**Source data**.
▼▼▼

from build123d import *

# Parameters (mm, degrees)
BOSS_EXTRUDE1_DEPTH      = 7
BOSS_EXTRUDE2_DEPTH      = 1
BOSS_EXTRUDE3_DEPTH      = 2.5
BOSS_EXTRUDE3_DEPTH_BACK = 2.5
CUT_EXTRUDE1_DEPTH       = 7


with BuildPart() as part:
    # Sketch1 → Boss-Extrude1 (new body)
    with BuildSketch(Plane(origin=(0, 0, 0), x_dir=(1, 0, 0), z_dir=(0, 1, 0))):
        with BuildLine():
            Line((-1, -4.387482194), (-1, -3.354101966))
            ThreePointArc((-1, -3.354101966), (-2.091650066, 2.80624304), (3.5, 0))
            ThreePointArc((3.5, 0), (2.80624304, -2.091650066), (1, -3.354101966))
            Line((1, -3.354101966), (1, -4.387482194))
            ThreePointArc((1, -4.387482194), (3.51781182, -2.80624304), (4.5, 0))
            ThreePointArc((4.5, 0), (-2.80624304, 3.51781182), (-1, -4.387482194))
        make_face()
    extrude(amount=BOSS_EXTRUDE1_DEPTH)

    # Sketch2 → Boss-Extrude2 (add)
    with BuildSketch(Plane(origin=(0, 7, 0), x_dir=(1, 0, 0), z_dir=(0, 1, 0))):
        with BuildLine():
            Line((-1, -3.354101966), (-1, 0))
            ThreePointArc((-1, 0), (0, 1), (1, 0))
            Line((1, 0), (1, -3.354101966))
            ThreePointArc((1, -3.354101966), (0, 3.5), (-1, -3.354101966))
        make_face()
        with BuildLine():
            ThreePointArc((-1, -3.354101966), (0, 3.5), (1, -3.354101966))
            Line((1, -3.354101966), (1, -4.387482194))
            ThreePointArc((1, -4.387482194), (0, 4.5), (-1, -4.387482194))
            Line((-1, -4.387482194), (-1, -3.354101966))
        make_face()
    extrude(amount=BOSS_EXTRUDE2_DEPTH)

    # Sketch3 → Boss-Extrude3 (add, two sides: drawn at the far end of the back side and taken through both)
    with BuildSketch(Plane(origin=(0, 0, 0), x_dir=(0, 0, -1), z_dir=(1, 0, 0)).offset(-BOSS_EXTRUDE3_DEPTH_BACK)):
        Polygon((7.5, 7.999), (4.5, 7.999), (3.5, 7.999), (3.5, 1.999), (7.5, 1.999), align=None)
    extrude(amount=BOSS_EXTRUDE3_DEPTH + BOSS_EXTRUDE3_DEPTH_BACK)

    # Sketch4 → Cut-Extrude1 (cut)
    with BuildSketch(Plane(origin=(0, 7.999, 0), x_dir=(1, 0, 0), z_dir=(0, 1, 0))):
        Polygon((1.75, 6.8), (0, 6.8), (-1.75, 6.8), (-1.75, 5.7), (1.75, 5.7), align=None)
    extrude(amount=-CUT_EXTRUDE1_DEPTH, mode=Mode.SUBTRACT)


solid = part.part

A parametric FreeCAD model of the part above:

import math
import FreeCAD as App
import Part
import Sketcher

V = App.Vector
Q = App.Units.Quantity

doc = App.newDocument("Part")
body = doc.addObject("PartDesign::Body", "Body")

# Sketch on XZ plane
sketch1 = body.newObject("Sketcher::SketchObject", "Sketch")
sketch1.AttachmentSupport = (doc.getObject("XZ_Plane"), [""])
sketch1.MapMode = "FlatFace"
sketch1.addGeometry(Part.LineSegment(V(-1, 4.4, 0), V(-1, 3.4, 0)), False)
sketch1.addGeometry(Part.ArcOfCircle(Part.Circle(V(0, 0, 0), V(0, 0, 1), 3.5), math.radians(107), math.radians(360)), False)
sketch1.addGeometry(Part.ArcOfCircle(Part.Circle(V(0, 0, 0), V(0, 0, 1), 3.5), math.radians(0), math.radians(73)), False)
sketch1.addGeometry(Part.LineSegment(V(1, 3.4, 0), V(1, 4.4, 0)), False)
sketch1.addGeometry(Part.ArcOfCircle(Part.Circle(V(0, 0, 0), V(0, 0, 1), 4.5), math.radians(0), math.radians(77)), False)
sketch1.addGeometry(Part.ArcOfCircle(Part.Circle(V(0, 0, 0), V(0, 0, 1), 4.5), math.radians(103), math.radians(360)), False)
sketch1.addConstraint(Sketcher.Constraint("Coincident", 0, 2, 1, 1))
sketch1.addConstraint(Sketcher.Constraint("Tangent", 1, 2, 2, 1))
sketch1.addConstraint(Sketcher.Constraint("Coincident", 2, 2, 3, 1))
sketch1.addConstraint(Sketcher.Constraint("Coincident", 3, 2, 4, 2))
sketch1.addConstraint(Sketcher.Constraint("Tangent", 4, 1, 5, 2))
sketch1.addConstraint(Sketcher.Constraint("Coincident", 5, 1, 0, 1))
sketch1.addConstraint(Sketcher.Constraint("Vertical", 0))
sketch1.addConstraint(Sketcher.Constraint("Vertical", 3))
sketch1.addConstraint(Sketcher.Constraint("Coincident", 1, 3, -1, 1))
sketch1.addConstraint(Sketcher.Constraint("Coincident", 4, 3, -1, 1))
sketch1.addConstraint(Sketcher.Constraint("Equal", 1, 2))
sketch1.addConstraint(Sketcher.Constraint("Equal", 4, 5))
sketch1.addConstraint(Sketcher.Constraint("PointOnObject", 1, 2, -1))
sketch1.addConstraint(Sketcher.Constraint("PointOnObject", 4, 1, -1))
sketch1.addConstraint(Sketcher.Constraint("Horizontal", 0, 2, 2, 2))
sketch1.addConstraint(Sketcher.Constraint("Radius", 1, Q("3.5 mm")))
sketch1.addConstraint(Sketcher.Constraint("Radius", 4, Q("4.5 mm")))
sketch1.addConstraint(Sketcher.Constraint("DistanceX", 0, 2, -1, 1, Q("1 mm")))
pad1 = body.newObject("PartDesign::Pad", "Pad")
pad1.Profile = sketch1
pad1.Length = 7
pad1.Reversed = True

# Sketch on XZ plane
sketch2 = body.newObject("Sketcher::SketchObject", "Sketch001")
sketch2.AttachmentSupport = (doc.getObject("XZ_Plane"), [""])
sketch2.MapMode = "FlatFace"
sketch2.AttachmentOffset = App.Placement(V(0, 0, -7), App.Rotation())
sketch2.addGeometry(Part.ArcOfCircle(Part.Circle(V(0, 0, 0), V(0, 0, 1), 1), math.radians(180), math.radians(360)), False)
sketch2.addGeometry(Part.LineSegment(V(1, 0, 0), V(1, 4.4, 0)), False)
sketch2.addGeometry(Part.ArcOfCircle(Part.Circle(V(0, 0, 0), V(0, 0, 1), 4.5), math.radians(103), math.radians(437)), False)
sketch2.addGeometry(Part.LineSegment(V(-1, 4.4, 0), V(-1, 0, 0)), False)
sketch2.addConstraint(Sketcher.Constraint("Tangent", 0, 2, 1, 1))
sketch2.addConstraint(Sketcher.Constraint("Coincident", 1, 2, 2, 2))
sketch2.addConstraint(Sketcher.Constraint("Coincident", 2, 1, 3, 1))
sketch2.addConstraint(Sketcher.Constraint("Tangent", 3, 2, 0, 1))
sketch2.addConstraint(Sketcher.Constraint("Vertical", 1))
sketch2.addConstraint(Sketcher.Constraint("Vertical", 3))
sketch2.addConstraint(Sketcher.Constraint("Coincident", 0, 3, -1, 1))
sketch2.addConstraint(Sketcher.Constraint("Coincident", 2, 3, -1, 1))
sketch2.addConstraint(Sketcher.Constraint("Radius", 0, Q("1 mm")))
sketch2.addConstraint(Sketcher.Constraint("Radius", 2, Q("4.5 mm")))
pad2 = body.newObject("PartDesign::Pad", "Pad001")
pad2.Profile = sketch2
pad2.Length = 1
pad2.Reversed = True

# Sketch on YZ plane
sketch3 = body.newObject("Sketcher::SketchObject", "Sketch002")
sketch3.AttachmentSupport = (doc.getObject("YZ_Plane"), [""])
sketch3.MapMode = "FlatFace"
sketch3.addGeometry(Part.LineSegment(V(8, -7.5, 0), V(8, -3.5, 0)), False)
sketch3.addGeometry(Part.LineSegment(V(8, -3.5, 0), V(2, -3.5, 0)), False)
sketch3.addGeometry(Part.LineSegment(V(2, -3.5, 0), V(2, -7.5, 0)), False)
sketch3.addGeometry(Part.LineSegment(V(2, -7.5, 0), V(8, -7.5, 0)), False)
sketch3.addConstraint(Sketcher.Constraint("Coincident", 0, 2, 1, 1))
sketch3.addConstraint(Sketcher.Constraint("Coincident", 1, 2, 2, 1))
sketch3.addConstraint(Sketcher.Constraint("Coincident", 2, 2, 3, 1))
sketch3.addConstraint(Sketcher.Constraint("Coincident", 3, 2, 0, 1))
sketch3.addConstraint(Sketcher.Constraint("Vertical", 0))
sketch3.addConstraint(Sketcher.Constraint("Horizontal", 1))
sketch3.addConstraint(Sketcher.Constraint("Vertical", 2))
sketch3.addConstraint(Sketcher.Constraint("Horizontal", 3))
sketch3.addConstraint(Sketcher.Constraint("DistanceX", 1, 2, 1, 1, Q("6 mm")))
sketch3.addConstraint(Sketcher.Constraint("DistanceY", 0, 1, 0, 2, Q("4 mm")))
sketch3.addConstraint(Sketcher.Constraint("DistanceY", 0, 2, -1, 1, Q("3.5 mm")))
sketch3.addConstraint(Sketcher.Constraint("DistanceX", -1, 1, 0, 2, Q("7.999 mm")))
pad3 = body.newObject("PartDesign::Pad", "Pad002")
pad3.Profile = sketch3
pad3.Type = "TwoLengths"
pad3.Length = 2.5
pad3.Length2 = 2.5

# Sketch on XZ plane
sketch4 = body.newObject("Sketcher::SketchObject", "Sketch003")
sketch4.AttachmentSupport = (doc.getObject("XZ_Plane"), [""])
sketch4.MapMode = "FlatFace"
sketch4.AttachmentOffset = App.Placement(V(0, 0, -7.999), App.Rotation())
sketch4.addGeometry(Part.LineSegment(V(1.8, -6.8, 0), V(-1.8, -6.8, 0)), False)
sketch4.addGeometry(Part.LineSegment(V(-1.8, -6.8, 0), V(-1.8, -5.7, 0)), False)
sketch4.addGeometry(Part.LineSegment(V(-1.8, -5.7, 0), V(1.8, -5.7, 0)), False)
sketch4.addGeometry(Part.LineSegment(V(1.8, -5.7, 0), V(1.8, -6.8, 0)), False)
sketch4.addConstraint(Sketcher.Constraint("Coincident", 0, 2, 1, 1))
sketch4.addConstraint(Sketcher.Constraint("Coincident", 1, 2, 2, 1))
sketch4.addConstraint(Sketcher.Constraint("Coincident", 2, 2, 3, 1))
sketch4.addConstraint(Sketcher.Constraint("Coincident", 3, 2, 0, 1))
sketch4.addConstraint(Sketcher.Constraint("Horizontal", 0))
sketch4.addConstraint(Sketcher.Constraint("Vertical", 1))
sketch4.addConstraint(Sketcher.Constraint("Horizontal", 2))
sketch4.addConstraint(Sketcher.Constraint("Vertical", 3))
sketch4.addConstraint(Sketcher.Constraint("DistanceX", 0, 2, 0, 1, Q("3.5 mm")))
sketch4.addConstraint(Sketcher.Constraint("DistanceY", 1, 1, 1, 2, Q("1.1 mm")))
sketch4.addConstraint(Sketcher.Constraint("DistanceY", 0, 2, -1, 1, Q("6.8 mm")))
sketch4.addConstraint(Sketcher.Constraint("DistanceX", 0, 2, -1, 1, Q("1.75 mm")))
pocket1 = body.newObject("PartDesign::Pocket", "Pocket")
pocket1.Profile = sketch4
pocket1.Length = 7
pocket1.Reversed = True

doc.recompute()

▲▲▲

**Task details**. The line with "# Sketch2 → Boss-Extrude2 (add)" is the last to include; transcribe exactly every line from the top of the material above down to it.

**Answer to this problem**.
from build123d import *

# Parameters (mm, degrees)
BOSS_EXTRUDE1_DEPTH      = 7
BOSS_EXTRUDE2_DEPTH      = 1
BOSS_EXTRUDE3_DEPTH      = 2.5
BOSS_EXTRUDE3_DEPTH_BACK = 2.5
CUT_EXTRUDE1_DEPTH       = 7


with BuildPart() as part:
    # Sketch1 → Boss-Extrude1 (new body)
    with BuildSketch(Plane(origin=(0, 0, 0), x_dir=(1, 0, 0), z_dir=(0, 1, 0))):
        with BuildLine():
            Line((-1, -4.387482194), (-1, -3.354101966))
            ThreePointArc((-1, -3.354101966), (-2.091650066, 2.80624304), (3.5, 0))
            ThreePointArc((3.5, 0), (2.80624304, -2.091650066), (1, -3.354101966))
            Line((1, -3.354101966), (1, -4.387482194))
            ThreePointArc((1, -4.387482194), (3.51781182, -2.80624304), (4.5, 0))
            ThreePointArc((4.5, 0), (-2.80624304, 3.51781182), (-1, -4.387482194))
        make_face()
    extrude(amount=BOSS_EXTRUDE1_DEPTH)

    # Sketch2 → Boss-Extrude2 (add)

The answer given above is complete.